Some systems may be able to offer less strict processing time limits. One approach is to isolate long running tasks, route them to dedicated clusters, and provide for sufficient resources by autoscaling or provisioning to high maximum thresholds.
Processing time limits can have a significant impact on how you might architect a serverless workflow. Much like memory limits, processing time limits can influence how much data a task might be able to process. Developers may need to reduce the size of input data and possibly increase task concurrency. Tasks may be need to be broken into more more discrete functions. It may also cause developers to have to think about external resources or operations that might block — which in turn would cause tasks to timeout.
If services and functions are architected correctly, memory and processing limits should not be as restrictive as they might appear. The resource limits in most serverless platforms are generally sufficient for most processing needs (with increased limits available certain platforms). Keeping the issues mentioned in this article in mind will help. Once you get to an “aha” moment with serverless processing — typically it’s uploading code and watching it run at high concurrency — your thinking will likely easily adapt to how to structure your functions and workflows to fit this shift in processing.
A Graph on Task Duration
The graph below shows the distribution of task durations within the Iron.io platform for a particular period of time. As with the graph above, that the vertical count axis makes use a logarithmic scale which means that short-running tasks represent the vast majority of the total task volume. Each task is a stateless and ephemeral unit of work running independently from other tasks.
Snapshot of Task Durations (logarithmic scale)
Synchronous vs Asynchronous
I touched on synchronous vs asynchronous processing in part 1 of this series. Synchronous processing is where a connection is maintained with the calling process while the serverless task is executing. Once processing finished, a response is sent back to the calling process. Asynchronous processing is where the calling function sends a processing request but does not block while the processing is running.

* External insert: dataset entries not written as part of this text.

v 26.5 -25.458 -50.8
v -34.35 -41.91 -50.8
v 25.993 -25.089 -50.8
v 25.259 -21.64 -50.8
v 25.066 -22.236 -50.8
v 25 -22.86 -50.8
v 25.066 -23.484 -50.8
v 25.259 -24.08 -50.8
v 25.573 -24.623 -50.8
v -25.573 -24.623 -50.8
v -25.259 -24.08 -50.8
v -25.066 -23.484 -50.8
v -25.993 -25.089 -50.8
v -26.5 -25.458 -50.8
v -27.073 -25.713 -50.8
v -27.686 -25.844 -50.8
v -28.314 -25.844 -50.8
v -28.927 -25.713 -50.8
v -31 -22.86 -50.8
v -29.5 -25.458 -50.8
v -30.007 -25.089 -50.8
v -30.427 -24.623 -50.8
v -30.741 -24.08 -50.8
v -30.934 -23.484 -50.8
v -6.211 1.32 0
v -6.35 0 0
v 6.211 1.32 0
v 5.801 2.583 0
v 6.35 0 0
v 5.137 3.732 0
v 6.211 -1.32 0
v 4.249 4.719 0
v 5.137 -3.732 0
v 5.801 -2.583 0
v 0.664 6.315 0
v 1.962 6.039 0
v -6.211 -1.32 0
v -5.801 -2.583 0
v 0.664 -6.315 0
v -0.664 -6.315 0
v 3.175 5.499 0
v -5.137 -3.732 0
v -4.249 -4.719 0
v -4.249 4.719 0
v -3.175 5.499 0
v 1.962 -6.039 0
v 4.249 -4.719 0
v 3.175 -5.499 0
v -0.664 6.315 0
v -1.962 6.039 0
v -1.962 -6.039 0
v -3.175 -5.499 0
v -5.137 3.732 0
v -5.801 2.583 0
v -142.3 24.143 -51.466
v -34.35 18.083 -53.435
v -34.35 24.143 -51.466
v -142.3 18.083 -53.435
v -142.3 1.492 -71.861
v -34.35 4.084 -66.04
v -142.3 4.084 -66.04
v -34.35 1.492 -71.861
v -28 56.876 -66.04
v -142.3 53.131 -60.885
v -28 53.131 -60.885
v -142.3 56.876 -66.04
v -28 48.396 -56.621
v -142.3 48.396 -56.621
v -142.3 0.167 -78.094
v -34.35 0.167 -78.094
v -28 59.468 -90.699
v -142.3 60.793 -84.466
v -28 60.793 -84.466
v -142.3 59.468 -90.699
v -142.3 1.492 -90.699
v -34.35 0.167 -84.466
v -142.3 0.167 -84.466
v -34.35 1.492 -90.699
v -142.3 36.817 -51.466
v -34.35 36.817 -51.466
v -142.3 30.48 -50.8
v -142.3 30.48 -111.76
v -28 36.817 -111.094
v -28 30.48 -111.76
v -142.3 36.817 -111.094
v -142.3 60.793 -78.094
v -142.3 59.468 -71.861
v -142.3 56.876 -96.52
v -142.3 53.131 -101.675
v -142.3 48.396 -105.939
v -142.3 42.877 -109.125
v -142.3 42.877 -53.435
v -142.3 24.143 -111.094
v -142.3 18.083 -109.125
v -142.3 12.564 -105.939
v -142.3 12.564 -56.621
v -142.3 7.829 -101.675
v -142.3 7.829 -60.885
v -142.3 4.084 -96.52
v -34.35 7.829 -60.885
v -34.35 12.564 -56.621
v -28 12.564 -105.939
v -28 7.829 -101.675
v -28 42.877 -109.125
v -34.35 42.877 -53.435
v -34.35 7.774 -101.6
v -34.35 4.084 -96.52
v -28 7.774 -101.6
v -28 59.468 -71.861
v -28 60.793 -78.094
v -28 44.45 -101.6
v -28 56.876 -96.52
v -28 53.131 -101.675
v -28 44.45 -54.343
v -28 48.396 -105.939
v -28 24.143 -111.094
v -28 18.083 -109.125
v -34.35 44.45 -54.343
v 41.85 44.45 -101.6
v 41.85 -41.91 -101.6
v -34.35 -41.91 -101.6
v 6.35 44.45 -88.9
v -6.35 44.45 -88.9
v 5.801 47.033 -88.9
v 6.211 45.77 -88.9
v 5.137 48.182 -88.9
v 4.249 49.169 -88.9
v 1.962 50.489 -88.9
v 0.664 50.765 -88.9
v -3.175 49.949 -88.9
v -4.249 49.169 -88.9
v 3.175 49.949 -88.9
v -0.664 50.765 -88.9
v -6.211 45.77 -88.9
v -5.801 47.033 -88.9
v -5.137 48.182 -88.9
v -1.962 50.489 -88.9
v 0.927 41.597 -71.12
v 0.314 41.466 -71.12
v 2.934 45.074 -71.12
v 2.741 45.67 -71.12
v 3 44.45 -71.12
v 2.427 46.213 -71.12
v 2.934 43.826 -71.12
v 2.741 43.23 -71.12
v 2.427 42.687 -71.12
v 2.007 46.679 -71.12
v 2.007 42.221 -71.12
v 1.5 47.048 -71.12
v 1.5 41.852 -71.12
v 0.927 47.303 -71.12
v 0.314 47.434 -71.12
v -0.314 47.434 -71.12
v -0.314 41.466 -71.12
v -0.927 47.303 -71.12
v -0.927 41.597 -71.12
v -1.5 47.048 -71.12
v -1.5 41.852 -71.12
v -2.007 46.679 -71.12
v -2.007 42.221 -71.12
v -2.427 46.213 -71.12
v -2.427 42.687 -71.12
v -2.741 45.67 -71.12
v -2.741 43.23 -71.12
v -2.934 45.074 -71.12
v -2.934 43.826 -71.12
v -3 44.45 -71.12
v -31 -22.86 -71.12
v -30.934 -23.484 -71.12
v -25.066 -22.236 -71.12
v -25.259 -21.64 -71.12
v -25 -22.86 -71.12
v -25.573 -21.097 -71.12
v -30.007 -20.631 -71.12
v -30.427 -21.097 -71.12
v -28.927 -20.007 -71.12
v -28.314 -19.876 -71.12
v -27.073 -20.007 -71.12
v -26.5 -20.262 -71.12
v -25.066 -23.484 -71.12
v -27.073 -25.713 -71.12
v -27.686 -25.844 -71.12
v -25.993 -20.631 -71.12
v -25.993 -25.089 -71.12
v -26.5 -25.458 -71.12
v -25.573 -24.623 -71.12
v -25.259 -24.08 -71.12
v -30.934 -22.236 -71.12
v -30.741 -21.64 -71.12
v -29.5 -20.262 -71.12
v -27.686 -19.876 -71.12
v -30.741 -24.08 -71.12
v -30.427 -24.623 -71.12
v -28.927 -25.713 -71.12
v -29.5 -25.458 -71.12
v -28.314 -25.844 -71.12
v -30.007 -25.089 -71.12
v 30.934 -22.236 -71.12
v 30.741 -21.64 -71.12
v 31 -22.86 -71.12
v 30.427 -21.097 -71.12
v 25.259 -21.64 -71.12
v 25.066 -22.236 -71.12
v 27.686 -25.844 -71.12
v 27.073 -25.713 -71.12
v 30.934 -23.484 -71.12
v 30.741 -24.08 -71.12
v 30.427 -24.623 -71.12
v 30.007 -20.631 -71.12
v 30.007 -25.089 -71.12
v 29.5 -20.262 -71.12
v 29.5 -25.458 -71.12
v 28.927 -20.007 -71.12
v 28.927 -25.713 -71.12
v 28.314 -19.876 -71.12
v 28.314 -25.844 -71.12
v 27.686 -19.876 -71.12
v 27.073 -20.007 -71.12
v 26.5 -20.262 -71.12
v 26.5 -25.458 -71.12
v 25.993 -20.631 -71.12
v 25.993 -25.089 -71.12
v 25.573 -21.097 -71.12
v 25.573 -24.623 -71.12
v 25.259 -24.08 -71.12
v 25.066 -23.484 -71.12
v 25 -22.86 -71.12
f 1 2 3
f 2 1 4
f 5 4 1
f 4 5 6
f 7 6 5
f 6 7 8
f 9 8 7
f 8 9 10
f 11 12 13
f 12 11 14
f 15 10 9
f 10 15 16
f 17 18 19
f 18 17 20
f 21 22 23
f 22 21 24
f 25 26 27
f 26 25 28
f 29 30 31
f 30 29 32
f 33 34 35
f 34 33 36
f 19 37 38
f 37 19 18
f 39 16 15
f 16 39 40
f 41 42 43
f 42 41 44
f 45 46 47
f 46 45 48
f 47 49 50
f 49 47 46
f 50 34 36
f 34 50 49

Many of the new serverless platforms allow for synchronous processing. The advantage of synchronous processing is that a result may be obtained directly from the processing platform whereas with asynchronous processing, obtaining results has to be done as an independent effort.
Synchronous processing is most appropriate for real-time needs and for lighter weight functions i.e. processing of singular events that you want processed right away. Asynchronous processing is better for longer, more involved processing jobs (audio transcription or processing of a set of events as a small batch processing job) as well as where the application/component/function initiating the process does not need to block and wait for a result.
Note that running in a synchronous processing mode can introduce additional exception or failure issues. Because the calling process blocks, it’s paramount that the serverless platform is able to handle the scale of tasks that are sent to it. If not, then the calling applications can potentially block far beyond the expected wait durations. Additionally, the error recovery mechanisms (i.e. task retries) and metrics collection may not be as high as in an asynchronous mode. The reason being that processing tolerances for asynchronous processing are much stricter and so compromises may be made.
As a result, developers may need to build in exception handling to address blocks as well as put in logging and job processing analysis to make sure that tasks execute as they should.